Reproduce precisely the lines of the listing below, starting with the line that contains "v56 (69.1,0,30)" and stopping after the line that contains "e77 v23 v59"; include nothing else.

[[ Supplied data, beginning ]]

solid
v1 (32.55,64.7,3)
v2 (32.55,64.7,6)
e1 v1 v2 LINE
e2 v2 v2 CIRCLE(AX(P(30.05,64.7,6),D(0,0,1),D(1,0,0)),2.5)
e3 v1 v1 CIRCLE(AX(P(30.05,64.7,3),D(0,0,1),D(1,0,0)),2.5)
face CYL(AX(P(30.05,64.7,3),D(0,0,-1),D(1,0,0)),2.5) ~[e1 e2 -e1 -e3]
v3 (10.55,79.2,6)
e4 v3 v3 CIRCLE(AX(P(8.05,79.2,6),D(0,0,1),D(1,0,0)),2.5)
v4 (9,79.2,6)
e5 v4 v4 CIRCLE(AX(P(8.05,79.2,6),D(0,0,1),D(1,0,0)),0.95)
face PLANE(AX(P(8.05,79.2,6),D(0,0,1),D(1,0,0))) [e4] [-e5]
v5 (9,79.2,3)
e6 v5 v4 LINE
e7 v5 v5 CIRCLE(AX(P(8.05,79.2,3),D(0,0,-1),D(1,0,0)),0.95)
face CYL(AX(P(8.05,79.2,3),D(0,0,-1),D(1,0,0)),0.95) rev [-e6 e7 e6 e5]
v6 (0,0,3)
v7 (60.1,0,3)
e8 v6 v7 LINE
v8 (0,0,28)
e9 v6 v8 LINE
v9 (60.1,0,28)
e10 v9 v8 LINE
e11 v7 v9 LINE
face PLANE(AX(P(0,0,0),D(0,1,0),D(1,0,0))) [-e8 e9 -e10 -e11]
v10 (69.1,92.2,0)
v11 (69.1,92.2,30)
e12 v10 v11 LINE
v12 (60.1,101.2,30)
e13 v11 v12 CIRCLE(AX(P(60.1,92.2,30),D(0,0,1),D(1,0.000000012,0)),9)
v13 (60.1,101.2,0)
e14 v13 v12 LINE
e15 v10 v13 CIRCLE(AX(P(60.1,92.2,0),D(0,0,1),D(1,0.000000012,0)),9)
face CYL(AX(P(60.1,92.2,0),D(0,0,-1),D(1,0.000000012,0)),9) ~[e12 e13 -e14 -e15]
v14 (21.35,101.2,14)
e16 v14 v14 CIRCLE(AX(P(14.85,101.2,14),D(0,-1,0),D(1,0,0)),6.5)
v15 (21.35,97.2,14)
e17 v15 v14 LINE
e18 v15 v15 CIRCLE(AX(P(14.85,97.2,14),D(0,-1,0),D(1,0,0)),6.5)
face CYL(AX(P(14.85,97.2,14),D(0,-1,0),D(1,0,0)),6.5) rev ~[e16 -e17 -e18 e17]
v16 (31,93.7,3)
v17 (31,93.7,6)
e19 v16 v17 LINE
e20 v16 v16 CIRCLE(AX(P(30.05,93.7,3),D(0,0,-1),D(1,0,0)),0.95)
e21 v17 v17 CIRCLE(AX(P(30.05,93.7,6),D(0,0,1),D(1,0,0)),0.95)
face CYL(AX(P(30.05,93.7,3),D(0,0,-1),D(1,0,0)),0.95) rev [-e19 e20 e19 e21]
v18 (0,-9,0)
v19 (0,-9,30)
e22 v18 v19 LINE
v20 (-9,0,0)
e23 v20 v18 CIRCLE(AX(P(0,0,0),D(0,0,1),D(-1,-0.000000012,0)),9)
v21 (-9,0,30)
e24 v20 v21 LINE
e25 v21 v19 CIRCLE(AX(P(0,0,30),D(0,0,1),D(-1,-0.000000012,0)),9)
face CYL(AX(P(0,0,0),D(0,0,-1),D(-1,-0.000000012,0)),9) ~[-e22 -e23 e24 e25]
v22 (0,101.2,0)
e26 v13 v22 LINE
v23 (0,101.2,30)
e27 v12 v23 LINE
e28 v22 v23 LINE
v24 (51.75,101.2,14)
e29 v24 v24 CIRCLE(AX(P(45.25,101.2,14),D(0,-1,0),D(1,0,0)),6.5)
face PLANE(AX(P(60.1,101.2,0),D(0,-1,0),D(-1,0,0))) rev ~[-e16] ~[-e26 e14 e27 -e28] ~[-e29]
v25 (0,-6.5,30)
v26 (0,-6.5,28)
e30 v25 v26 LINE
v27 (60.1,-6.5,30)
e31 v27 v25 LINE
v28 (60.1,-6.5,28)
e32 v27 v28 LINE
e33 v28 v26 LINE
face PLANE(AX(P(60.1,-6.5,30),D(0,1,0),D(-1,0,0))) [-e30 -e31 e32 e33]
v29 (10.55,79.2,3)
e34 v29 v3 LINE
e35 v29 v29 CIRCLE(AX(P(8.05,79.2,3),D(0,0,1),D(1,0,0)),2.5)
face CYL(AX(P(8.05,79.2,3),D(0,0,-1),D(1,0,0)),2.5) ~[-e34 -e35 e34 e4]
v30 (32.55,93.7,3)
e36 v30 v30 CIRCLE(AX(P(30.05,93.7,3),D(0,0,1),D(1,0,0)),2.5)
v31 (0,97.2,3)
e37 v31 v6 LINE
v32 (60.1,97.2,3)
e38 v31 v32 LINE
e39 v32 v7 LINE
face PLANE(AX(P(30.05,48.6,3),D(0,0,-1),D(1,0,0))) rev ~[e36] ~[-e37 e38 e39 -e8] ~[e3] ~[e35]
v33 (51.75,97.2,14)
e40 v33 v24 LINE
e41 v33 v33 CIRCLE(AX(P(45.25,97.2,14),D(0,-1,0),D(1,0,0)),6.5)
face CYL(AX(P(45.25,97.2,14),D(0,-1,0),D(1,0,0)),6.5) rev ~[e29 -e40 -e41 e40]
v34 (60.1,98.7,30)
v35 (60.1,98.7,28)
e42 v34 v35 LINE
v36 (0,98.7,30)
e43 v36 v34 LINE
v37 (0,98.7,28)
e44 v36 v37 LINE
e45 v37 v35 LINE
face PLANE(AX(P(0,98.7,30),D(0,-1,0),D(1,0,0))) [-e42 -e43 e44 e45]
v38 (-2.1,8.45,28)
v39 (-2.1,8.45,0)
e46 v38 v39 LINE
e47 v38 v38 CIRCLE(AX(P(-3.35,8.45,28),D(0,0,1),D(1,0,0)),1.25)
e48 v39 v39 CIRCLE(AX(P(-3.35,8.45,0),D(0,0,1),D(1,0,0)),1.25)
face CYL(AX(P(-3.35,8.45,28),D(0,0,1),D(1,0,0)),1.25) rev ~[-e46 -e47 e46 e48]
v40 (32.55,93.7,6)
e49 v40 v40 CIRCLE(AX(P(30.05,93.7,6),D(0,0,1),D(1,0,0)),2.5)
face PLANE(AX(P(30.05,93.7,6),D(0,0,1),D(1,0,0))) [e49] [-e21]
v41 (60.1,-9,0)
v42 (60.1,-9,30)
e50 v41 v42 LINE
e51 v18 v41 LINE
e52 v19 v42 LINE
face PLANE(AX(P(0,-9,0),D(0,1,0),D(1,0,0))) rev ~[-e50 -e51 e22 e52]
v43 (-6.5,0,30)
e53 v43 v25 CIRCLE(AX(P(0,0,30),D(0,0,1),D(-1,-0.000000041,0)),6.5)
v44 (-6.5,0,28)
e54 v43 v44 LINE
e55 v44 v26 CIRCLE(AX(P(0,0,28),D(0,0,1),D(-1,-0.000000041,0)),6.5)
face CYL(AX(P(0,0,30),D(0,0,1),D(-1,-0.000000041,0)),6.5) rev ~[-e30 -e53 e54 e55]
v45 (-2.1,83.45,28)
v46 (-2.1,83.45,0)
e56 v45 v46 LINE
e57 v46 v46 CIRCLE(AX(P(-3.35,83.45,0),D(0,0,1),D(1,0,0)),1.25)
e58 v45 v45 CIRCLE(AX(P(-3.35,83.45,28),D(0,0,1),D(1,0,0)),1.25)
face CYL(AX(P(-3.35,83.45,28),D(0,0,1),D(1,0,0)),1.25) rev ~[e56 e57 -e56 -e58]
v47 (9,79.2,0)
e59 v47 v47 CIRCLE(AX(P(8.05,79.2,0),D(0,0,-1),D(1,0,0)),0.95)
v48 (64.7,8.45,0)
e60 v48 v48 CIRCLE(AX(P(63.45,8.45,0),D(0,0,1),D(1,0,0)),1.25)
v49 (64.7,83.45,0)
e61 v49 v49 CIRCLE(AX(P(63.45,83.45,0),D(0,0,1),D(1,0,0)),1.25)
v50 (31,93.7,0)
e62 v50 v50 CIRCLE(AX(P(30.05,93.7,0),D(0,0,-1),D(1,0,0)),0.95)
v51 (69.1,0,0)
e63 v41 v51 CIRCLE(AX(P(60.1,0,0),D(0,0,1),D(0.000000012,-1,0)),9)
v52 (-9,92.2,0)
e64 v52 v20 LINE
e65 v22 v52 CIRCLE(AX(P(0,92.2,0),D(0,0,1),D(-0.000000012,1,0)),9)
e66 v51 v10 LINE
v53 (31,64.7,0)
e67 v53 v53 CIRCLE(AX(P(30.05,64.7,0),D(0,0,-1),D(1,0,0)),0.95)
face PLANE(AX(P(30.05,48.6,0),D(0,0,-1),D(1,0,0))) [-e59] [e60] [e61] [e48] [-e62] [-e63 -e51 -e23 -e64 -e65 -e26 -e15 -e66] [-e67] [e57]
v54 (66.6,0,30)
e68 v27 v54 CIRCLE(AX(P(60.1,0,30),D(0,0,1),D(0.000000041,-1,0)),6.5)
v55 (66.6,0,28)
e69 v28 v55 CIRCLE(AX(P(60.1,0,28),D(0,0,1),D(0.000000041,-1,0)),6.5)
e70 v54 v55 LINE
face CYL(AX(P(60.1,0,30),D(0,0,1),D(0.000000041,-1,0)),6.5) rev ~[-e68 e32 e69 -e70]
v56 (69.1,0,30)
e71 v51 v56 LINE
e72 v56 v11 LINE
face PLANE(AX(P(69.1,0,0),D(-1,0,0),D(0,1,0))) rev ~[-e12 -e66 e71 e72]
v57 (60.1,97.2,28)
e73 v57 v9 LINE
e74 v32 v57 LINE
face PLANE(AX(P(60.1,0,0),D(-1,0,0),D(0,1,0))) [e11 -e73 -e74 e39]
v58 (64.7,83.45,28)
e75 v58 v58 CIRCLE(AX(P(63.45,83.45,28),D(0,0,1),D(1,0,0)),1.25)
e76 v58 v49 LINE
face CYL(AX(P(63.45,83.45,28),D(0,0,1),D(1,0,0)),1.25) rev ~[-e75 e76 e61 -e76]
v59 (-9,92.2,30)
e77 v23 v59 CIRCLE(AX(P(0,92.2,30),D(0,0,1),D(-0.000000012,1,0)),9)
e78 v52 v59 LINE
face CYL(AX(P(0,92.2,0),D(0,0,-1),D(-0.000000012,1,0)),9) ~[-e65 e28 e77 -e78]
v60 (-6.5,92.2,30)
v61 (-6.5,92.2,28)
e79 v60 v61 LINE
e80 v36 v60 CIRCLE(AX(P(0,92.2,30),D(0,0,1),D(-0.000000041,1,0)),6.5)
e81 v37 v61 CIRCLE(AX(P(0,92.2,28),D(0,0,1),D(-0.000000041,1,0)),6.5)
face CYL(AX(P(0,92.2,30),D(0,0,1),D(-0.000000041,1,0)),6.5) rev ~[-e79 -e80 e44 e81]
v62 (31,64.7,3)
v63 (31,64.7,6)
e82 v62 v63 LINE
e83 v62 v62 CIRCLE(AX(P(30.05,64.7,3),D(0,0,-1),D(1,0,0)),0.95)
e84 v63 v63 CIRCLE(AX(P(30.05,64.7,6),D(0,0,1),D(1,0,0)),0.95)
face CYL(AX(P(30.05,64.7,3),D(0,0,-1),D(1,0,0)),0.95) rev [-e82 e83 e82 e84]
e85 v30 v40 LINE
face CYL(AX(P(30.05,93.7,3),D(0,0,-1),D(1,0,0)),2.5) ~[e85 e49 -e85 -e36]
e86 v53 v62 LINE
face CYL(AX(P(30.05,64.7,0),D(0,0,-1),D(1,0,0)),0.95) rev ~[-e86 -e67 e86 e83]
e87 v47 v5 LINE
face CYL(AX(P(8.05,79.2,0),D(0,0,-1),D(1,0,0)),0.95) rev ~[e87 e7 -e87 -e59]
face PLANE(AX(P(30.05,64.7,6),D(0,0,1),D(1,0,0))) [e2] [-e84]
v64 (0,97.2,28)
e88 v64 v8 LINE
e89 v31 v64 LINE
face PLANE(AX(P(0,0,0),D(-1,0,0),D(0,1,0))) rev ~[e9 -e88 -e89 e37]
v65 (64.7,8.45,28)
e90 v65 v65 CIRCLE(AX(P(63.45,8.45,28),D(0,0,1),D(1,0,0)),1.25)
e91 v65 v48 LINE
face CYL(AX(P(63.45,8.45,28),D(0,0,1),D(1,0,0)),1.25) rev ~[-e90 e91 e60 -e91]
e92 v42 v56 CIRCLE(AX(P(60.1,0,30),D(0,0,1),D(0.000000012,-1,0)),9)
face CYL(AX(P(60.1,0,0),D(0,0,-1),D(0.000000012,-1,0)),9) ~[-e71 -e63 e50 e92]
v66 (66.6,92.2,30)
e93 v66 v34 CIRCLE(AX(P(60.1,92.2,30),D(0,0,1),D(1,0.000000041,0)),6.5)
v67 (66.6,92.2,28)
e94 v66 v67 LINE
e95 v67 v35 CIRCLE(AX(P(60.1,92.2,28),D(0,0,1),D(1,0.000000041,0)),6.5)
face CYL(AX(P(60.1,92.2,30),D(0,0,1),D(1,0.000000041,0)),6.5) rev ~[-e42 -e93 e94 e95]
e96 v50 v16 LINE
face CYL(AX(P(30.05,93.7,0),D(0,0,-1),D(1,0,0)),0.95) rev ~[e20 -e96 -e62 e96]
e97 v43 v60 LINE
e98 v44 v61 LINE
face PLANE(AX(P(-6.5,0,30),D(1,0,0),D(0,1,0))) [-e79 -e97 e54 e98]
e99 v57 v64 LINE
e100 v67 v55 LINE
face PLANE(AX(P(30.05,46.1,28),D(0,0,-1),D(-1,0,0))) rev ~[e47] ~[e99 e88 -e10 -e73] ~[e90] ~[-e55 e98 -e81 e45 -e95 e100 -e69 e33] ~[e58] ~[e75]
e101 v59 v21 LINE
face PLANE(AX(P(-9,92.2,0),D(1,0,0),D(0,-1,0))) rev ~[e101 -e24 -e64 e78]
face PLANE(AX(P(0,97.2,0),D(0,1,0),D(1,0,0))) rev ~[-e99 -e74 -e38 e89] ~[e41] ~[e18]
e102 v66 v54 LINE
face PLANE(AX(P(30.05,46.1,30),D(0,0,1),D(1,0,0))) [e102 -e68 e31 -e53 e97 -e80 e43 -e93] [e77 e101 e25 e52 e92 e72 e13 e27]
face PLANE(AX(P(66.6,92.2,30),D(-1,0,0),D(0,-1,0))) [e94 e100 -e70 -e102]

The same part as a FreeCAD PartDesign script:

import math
import FreeCAD as App
import Part
import Sketcher
from FreeCAD import Vector
Q = App.Units.Quantity

doc = App.newDocument("Part")
body = doc.addObject("PartDesign::Body", "Body")

# Sketch on XY plane
sketch1 = body.newObject("Sketcher::SketchObject", "Sketch")
sketch1.AttachmentSupport = (doc.getObject("XY_Plane"), [""])
sketch1.MapMode = "FlatFace"
sketch1.addGeometry([
    Part.LineSegment(Vector(0, -9, 0), Vector(60.1, -9, 0)),  # 0
    Part.ArcOfCircle(Part.Circle(Vector(60.1, 0, 0), Vector(0, 0, 1), 9), math.radians(-89.999999), math.radians(-0.000001)),  # 1
    Part.LineSegment(Vector(69.1, 0, 0), Vector(69.1, 92.2, 0)),  # 2
    Part.ArcOfCircle(Part.Circle(Vector(60.1, 92.2, 0), Vector(0, 0, 1), 9), math.radians(0.000001), math.radians(89.999999)),  # 3
    Part.LineSegment(Vector(60.1, 101.2, 0), Vector(0, 101.2, 0)),  # 4
    Part.ArcOfCircle(Part.Circle(Vector(0, 92.2, 0), Vector(0, 0, 1), 9), math.radians(90.000001), math.radians(179.999999)),  # 5
    Part.LineSegment(Vector(-9, 92.2, 0), Vector(-9, 0, 0)),  # 6
    Part.ArcOfCircle(Part.Circle(Vector(0, 0, 0), Vector(0, 0, 1), 9), math.radians(-179.999999), math.radians(-90.000001)),  # 7
    Part.LineSegment(Vector(60.1, 0, 0), Vector(0, 0, 0)),  # 8
    Part.LineSegment(Vector(0, 0, 0), Vector(0, 97.2, 0)),  # 9
    Part.LineSegment(Vector(0, 97.2, 0), Vector(60.1, 97.2, 0)),  # 10
    Part.LineSegment(Vector(60.1, 97.2, 0), Vector(60.1, 0, 0)),  # 11
], False)
sketch1.addConstraint([
    Sketcher.Constraint("Tangent", 0, 2, 1, 1),
    Sketcher.Constraint("Tangent", 1, 2, 2, 1),
    Sketcher.Constraint("Tangent", 2, 2, 3, 1),
    Sketcher.Constraint("Tangent", 3, 2, 4, 1),
    Sketcher.Constraint("Tangent", 4, 2, 5, 1),
    Sketcher.Constraint("Tangent", 5, 2, 6, 1),
    Sketcher.Constraint("Tangent", 6, 2, 7, 1),
    Sketcher.Constraint("Tangent", 7, 2, 0, 1),
    Sketcher.Constraint("Coincident", 8, 2, 9, 1),
    Sketcher.Constraint("Coincident", 9, 2, 10, 1),
    Sketcher.Constraint("Coincident", 10, 2, 11, 1),
    Sketcher.Constraint("Coincident", 11, 2, 8, 1),
    Sketcher.Constraint("Horizontal", 0),
    Sketcher.Constraint("Vertical", 2),
    Sketcher.Constraint("Horizontal", 4),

[[ Supplied data, end ]]

=== Written answer ===
v56 (69.1,0,30)
e71 v51 v56 LINE
e72 v56 v11 LINE
face PLANE(AX(P(69.1,0,0),D(-1,0,0),D(0,1,0))) rev ~[-e12 -e66 e71 e72]
v57 (60.1,97.2,28)
e73 v57 v9 LINE
e74 v32 v57 LINE
face PLANE(AX(P(60.1,0,0),D(-1,0,0),D(0,1,0))) [e11 -e73 -e74 e39]
v58 (64.7,83.45,28)
e75 v58 v58 CIRCLE(AX(P(63.45,83.45,28),D(0,0,1),D(1,0,0)),1.25)
e76 v58 v49 LINE
face CYL(AX(P(63.45,83.45,28),D(0,0,1),D(1,0,0)),1.25) rev ~[-e75 e76 e61 -e76]
v59 (-9,92.2,30)
e77 v23 v59 CIRCLE(AX(P(0,92.2,30),D(0,0,1),D(-0.000000012,1,0)),9)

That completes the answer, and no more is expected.